When he got this answer VanNess was prepared with a reply: “What if we identify the exact percentage of your health plan beneficiaries who are not accessing your health system?” he asked. “The problem is you don’t have that data because you’re just looking at what’s in your data.”

At that point, VanNess offered to provide the MCO with data on its patients from HEDIS, which is the Healthcare Effectiveness Data Information Set from the National Committee for Quality Assurance.

“We already provide HEDIS data to all of our customers,” he said. “Once we knew the insurer’s members, we could match our lab test data with the MCO’s eligibility file and change the conversation. Over 60% of their members don’t access their delivery system, which confirmed for us that we had a significant opportunity to enhance their care delivery processes.”

Eligibility Data Is Valuable

Getting the eligibility data was the key to starting TriCore’s three-step process. This makes it possible for the lab to then collect and analyze the data needed to demonstrate ways it could provide actionable information that health insurers could use to actually improve patient care.

“Once our lab has the eligibility data, we know who the insurer’s members are, where they live, and what health conditions they have,” VanNess said. “Possessing that information means that we will have a completely different conversation when we return for the next discussion because then we can start talking about improving patient outcomes.

“Right now, this MCO sends us their eligibility file every day,” he said. “Some insurers send us that file once a month. However, this MCO is more engaged and that allows our lab to match our data to the MCO’s data every day. Now we can look at this insurer’s hepatitis C rates and its pregnancy rates and, when we go back to them, we will have the background information we need to take the conversation to the next level,” he said.

This first installment on how labs can succeed with the clinical lab 2.0 business model will be followed by additional stories about how TriCore is working with health plans on specific diseases and chronic conditions.

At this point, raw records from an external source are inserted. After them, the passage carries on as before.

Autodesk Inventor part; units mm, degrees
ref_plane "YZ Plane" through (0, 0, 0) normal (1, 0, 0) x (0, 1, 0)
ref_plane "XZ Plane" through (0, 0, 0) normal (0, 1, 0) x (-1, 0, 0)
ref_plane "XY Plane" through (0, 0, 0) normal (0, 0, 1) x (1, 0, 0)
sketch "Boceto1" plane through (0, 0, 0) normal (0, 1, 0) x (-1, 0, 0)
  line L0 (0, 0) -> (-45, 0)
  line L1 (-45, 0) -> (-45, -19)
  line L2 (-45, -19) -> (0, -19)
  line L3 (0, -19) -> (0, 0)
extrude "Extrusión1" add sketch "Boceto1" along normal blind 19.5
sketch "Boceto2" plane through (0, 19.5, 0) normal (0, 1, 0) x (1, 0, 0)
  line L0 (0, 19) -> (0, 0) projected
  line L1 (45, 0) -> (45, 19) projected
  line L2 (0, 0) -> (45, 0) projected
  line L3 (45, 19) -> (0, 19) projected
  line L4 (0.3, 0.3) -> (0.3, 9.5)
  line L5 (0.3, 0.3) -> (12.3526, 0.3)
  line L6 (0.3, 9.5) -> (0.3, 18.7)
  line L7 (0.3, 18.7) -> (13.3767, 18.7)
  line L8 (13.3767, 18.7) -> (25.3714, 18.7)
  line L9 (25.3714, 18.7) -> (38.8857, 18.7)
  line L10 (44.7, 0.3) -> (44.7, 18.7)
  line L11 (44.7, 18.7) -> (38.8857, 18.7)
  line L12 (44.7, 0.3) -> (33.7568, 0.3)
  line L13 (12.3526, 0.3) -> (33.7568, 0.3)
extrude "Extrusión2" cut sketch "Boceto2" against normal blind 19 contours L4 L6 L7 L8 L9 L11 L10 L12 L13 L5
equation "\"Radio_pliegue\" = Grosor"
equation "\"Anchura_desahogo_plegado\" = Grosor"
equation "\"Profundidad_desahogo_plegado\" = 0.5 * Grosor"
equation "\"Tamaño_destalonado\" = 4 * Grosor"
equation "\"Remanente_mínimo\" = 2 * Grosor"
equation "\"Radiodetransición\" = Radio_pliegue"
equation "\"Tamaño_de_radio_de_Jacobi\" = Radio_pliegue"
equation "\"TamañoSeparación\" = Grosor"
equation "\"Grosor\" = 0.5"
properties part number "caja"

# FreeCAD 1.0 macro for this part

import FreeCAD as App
import Part
import Sketcher

V = App.Vector

doc = App.newDocument("Part")
body = doc.addObject("PartDesign::Body", "Body")

sketch1 = body.newObject("Sketcher::SketchObject", "Sketch")
sketch1.AttachmentSupport = (doc.getObject("XZ_Plane"), [""])
sketch1.MapMode = "FlatFace"
sketch1.addGeometry([
    Part.LineSegment(V(0, -19, 0), V(0, 0, 0)),
    Part.LineSegment(V(0, 0, 0), V(45, 0, 0)),
    Part.LineSegment(V(45, 0, 0), V(45, -19, 0)),
    Part.LineSegment(V(45, -19, 0), V(0, -19, 0)),
], False)
sketch1.addConstraint([
    Sketcher.Constraint("Coincident", 0, 2, 1, 1),
    Sketcher.Constraint("Coincident", 1, 2, 2, 1),
    Sketcher.Constraint("Coincident", 2, 2, 3, 1),
    Sketcher.Constraint("Coincident", 3, 2, 0, 1),
    Sketcher.Constraint("Vertical", 0),
    Sketcher.Constraint("Horizontal", 1),
    Sketcher.Constraint("Vertical", 2),
    Sketcher.Constraint("Horizontal", 3),
    Sketcher.Constraint("Coincident", 0, 2, -1, 1),
    Sketcher.Constraint("DistanceX", 1, 1, 1, 2, 45.0),
    Sketcher.Constraint("DistanceY", 0, 1, 0, 2, 19.0),
])
pad1 = body.newObject("PartDesign::Pad", "Pad")
pad1.Profile = sketch1
pad1.Length = 19.5
pad1.Reversed = True

sketch2 = body.newObject("Sketcher::SketchObject", "Sketch001")
sketch2.AttachmentSupport = (doc.getObject("XZ_Plane"), [""])
sketch2.MapMode = "FlatFace"
sketch2.AttachmentOffset = App.Placement(V(0, 0, -19.5), App.Rotation())
sketch2.addGeometry([
    Part.LineSegment(V(0, -19, 0), V(0, 0, 0)),
    Part.LineSegment(V(0, 0, 0), V(45, 0, 0)),
    Part.LineSegment(V(45, 0, 0), V(45, -19, 0)),
    Part.LineSegment(V(45, -19, 0), V(0, -19, 0)),
], False)
sketch2.addConstraint([
    Sketcher.Constraint("Coincident", 0, 2, 1, 1),
    Sketcher.Constraint("Coincident", 1, 2, 2, 1),
    Sketcher.Constraint("Coincident", 2, 2, 3, 1),
    Sketcher.Constraint("Coincident", 3, 2, 0, 1),
    Sketcher.Constraint("Vertical", 0),
    Sketcher.Constraint("Horizontal", 1),
    Sketcher.Constraint("Vertical", 2),
    Sketcher.Constraint("Horizontal", 3),
    Sketcher.Constraint("DistanceX", 1, 1, 1, 2, 44.4),
    Sketcher.Constraint("DistanceY", 0, 1, 0, 2, 18.4),
    Sketcher.Constraint("DistanceX", -1, 1, 0, 2, 0.3),
    Sketcher.Constraint("DistanceY", 0, 2, -1, 1, 0.3),
])
pocket1 = body.newObject("PartDesign::Pocket", "Pocket")
pocket1.Profile = sketch2
pocket1.Length = 19
pocket1.Reversed = True

doc.recompute()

Contact Rick VanNess at 505-938-8906 or

Why a Clinical Lab Knows More about Patients with HCV than Health Insurers and Even Doctors

FOR MANY DISEASES AND CHRONIC CONDITIONS, A CLINICAL LABORATORY has test results from a variety of assays that provide a fuller picture of a patient’s condition than would come from a single lab test result. During his presentation at the Executive War College, Rick VanNess, Director of Product Management at TriCore Reference Laboratories used the example of hepatitis C (HCV) to make this point.

He showed the slide reproduced below. It identifies each type of lab test and its role in identifying different aspects of how an HCV infection could be active within a patient. Tricore, like other labs, can use these test results to identify patients who are undiagnosed for HCV, who may be undiagnosed for the other types of complications for the disease, or who have care gaps. This information is actionable by health insurers and the providers in their networks. This is a powerful way that a laboratory can add value for payers, helping them produce better patient outcomes while lowering the overall cost of care by a substantial amount. Health insurers will pay for this type of actionable information.